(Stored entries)
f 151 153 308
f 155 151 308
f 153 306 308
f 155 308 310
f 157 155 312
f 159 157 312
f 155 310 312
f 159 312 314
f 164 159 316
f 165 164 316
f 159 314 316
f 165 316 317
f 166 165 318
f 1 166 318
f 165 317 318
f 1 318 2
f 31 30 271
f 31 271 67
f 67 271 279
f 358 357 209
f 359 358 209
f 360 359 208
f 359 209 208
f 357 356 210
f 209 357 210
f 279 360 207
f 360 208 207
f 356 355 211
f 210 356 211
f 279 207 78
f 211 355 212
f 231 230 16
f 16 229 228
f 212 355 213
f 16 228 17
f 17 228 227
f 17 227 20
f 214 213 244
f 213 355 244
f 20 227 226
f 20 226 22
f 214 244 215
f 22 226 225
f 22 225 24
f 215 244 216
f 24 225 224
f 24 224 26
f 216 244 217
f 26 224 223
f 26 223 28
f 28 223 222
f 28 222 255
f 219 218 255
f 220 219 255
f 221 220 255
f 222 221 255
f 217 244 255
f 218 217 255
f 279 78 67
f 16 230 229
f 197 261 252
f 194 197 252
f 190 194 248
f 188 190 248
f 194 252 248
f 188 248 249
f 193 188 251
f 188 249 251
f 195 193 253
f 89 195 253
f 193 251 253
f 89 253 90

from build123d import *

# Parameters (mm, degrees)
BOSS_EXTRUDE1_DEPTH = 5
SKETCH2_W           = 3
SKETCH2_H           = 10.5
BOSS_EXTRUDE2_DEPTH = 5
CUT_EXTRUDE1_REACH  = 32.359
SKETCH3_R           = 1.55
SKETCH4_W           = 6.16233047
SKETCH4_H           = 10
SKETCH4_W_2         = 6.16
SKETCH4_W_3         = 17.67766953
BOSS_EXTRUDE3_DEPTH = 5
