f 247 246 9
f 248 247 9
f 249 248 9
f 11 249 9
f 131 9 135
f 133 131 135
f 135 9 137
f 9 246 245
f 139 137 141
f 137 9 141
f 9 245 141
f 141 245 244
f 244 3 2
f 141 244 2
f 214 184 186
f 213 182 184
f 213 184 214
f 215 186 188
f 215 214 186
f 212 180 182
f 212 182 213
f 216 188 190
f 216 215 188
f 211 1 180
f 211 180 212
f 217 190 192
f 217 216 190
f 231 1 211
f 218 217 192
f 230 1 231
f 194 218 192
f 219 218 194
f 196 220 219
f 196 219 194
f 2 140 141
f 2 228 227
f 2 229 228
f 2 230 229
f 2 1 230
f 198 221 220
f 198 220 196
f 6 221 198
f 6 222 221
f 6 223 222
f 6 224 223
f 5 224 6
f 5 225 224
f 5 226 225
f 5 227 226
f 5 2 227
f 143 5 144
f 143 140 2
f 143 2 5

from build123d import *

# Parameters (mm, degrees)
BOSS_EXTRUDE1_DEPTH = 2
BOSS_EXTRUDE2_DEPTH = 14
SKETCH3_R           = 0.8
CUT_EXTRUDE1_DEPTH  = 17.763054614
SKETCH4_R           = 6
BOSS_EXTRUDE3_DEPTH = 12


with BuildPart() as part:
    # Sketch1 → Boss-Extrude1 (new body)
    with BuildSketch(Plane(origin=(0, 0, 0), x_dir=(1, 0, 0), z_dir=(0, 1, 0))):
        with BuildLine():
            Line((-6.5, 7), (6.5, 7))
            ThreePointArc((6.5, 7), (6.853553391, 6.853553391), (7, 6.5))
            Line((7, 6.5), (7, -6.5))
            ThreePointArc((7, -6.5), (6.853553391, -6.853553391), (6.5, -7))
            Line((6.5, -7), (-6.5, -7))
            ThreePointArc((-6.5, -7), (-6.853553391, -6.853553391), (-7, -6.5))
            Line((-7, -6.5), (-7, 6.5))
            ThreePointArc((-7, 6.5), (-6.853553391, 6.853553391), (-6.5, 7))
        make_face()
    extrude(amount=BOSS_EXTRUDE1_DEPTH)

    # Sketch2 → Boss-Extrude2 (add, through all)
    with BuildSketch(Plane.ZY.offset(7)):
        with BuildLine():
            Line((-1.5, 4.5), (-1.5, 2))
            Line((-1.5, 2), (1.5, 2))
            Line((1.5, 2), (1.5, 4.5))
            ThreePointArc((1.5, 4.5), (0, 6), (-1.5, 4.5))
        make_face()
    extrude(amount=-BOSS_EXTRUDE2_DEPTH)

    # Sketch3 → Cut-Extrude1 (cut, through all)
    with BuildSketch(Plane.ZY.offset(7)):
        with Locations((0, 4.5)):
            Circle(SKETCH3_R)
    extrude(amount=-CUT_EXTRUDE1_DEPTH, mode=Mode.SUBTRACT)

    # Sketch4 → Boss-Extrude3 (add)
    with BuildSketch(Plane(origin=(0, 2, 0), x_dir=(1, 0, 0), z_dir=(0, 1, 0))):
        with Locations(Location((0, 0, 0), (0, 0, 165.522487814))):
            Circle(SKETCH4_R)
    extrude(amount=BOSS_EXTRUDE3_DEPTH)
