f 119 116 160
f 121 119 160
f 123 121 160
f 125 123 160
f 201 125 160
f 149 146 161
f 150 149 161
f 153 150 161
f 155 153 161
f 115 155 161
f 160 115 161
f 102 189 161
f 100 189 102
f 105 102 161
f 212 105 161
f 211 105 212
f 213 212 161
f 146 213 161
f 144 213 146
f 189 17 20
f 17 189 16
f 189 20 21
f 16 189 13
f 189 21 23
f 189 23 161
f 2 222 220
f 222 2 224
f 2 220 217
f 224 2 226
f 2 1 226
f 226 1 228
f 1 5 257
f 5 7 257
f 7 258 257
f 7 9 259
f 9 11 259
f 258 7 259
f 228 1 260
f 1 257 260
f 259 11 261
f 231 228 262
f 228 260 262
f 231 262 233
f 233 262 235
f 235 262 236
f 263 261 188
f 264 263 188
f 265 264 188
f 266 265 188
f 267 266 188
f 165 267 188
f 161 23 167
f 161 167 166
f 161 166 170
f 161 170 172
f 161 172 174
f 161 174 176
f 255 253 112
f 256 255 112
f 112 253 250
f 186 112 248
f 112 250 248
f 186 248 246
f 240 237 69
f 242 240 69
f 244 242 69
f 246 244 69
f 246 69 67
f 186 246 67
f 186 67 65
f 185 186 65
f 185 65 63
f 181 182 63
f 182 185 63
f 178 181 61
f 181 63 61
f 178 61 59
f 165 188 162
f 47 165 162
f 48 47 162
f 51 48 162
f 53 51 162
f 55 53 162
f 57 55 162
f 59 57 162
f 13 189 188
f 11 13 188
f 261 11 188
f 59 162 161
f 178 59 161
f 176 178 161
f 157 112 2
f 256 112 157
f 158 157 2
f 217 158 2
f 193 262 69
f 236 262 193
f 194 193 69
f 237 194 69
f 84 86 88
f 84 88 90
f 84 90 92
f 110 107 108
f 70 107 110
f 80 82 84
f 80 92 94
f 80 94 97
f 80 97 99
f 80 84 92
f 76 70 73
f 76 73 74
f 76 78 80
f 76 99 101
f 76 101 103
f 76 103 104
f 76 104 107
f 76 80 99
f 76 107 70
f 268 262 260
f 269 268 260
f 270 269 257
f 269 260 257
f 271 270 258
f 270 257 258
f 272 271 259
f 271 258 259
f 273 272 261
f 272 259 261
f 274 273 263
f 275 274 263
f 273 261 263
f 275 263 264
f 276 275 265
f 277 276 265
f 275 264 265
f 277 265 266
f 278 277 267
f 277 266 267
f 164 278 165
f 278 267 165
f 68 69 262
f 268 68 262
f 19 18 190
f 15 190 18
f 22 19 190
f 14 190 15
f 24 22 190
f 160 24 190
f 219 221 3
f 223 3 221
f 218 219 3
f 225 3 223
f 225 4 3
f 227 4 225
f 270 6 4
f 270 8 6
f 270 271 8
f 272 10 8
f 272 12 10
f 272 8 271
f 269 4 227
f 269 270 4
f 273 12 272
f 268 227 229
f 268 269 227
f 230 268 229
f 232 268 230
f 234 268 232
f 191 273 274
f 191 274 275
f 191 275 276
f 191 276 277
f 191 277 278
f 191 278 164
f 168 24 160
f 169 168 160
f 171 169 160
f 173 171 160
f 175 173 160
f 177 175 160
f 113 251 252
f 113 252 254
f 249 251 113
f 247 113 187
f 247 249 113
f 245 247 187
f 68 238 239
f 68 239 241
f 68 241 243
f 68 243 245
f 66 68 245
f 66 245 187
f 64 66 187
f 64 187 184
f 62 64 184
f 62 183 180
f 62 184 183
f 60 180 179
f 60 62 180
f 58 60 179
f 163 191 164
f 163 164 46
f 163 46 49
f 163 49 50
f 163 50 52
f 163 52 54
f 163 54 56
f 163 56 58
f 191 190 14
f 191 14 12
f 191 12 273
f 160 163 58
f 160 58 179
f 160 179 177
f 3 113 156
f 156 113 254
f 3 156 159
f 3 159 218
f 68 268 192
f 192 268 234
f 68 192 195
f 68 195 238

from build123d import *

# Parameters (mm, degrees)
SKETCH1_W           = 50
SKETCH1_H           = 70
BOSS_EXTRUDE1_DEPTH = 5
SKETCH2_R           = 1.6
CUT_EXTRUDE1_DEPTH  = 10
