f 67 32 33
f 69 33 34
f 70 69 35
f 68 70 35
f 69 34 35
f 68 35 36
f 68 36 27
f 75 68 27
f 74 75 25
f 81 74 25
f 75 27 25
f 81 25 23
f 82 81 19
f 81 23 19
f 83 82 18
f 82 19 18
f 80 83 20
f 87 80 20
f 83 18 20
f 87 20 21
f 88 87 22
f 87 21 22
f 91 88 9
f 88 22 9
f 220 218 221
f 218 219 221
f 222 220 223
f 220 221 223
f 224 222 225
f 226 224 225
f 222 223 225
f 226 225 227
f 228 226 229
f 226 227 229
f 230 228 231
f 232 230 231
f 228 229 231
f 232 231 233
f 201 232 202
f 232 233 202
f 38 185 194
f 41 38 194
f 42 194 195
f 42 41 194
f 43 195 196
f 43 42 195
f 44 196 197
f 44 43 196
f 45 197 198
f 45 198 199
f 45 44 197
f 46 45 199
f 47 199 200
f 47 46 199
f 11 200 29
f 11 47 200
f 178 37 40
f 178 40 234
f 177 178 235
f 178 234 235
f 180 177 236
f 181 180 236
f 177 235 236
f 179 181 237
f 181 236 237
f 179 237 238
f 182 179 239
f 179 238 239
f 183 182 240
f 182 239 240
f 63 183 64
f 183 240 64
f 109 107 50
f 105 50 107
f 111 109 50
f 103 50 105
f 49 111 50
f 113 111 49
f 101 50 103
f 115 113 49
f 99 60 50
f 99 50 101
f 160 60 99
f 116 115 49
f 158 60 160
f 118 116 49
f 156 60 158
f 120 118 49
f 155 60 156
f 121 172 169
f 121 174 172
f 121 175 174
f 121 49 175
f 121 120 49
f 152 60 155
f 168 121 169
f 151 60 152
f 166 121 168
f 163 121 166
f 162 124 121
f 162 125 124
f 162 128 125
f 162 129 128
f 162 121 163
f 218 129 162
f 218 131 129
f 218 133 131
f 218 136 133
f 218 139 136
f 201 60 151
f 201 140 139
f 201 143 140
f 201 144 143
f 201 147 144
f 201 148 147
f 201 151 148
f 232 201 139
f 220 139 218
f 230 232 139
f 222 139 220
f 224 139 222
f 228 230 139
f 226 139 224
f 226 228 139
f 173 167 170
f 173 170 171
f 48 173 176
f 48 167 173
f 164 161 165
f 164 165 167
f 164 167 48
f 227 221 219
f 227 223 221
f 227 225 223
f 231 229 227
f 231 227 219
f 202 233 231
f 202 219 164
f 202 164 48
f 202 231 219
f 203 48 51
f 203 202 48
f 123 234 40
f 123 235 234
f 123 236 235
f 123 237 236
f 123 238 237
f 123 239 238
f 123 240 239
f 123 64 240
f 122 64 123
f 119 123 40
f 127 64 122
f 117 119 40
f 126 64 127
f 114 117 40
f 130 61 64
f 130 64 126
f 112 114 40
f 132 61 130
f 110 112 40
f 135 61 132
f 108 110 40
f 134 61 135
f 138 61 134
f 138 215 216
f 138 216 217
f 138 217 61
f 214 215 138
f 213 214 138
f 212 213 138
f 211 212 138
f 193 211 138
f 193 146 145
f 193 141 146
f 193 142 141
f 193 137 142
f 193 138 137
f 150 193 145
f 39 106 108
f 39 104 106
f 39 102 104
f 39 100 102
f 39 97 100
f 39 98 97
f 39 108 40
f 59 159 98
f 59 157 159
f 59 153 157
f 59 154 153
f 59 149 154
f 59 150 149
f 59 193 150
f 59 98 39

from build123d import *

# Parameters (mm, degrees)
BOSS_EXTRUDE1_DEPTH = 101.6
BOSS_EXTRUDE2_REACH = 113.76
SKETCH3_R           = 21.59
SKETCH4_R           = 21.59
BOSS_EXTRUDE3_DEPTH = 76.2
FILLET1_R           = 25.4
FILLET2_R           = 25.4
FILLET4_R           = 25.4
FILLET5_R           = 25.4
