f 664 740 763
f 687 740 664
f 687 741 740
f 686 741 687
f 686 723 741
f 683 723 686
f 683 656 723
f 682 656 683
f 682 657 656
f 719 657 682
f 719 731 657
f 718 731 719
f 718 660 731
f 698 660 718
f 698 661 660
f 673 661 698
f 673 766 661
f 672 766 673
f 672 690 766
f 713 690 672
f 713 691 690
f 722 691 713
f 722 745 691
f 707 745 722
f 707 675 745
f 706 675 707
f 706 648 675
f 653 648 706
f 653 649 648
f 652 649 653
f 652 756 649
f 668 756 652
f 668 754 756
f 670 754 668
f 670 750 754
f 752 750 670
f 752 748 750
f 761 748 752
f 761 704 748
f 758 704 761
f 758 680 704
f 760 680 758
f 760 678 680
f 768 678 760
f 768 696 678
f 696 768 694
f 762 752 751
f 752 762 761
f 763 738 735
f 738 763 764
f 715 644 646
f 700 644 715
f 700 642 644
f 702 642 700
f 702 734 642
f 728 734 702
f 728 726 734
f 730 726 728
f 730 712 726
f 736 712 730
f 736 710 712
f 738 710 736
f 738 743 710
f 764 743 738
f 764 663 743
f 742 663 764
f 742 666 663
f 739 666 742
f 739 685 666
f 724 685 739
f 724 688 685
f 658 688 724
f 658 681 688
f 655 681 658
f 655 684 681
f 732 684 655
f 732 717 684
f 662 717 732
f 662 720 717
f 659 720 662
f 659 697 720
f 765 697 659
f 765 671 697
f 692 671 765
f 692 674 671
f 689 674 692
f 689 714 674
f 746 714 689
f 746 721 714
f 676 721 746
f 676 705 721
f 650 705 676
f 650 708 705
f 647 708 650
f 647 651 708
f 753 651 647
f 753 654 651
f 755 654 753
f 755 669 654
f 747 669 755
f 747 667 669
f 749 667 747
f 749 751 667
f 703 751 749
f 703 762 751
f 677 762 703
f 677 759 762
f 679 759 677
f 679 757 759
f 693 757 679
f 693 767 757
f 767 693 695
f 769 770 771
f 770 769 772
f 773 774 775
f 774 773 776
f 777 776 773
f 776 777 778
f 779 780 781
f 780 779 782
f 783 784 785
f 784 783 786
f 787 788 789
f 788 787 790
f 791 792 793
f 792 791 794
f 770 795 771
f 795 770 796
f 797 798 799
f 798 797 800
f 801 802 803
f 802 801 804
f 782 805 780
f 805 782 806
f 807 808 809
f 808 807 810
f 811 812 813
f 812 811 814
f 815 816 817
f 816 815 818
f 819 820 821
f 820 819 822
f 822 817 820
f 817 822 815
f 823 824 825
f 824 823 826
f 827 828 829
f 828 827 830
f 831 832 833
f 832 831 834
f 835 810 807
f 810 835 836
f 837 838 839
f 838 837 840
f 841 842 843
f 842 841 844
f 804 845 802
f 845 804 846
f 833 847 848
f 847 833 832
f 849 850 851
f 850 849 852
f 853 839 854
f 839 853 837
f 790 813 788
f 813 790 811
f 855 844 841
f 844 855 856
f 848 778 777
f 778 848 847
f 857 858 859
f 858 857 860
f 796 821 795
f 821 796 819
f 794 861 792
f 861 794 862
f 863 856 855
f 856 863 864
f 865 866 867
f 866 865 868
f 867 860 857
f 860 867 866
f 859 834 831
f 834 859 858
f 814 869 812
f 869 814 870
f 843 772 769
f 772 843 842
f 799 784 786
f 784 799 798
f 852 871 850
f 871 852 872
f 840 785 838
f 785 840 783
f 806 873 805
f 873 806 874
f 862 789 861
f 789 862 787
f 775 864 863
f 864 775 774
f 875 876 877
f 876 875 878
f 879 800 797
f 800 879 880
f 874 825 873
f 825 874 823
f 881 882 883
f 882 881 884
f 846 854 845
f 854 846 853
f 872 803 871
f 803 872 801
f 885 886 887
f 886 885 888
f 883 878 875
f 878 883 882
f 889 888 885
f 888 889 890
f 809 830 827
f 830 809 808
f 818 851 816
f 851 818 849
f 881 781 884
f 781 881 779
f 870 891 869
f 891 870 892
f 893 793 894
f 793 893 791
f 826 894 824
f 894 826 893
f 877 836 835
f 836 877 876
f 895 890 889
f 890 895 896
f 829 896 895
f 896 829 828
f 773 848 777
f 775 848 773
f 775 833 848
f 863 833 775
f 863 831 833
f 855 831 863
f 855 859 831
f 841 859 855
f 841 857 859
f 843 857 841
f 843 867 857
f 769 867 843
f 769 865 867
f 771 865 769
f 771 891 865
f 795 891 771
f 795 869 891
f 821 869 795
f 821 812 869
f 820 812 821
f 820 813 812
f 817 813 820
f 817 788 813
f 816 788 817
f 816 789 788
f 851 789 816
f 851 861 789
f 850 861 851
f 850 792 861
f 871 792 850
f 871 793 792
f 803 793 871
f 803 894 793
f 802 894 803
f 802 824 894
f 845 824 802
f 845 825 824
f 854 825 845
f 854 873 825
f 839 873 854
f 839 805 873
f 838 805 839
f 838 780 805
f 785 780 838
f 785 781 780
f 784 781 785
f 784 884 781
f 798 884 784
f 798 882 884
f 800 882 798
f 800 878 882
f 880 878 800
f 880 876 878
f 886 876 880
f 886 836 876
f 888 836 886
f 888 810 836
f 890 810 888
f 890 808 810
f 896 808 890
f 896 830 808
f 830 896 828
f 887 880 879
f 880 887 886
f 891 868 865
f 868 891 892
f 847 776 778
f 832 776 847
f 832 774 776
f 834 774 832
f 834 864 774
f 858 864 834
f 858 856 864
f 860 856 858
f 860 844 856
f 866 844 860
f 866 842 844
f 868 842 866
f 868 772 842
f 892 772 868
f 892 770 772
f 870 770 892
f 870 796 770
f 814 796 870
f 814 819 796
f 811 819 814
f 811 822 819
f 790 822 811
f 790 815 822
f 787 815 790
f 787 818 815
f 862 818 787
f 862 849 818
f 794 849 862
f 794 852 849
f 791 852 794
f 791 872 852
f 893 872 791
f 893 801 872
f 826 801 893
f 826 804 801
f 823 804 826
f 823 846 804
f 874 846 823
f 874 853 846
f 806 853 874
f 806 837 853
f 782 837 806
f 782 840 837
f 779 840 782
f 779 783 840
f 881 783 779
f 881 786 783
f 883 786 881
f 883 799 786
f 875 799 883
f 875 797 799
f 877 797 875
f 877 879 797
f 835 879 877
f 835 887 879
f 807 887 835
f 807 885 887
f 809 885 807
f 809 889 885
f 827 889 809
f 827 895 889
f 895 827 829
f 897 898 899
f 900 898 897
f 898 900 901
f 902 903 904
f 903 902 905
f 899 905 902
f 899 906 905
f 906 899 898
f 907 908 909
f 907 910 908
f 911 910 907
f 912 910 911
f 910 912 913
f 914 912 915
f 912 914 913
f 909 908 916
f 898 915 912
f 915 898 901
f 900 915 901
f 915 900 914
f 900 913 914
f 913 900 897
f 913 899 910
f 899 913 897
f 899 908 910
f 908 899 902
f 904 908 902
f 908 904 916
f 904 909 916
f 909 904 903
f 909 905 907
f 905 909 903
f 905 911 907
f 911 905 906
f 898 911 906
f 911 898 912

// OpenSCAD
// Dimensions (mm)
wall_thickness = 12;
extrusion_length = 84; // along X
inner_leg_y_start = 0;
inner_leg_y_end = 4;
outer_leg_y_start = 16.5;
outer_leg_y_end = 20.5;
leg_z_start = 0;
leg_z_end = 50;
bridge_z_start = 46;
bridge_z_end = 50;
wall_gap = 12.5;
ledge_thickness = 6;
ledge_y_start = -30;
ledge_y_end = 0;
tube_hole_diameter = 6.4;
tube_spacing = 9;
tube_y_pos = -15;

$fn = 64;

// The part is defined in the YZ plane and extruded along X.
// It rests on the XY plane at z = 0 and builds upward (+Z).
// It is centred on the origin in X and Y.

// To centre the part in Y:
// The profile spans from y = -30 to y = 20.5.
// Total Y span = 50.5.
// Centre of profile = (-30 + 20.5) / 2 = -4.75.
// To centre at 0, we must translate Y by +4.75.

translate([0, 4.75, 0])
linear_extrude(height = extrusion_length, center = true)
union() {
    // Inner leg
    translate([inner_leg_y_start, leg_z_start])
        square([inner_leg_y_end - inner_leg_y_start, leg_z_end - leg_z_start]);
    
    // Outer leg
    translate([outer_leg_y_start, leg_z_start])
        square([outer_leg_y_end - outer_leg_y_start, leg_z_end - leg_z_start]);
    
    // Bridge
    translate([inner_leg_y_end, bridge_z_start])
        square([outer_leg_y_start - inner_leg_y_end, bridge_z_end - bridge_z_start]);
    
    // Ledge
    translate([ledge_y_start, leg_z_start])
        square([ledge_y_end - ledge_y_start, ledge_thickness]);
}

[What the task requires] The answer must consist solely of the number of lines in the entries that contain the word "Locations".

[Exercise result] 2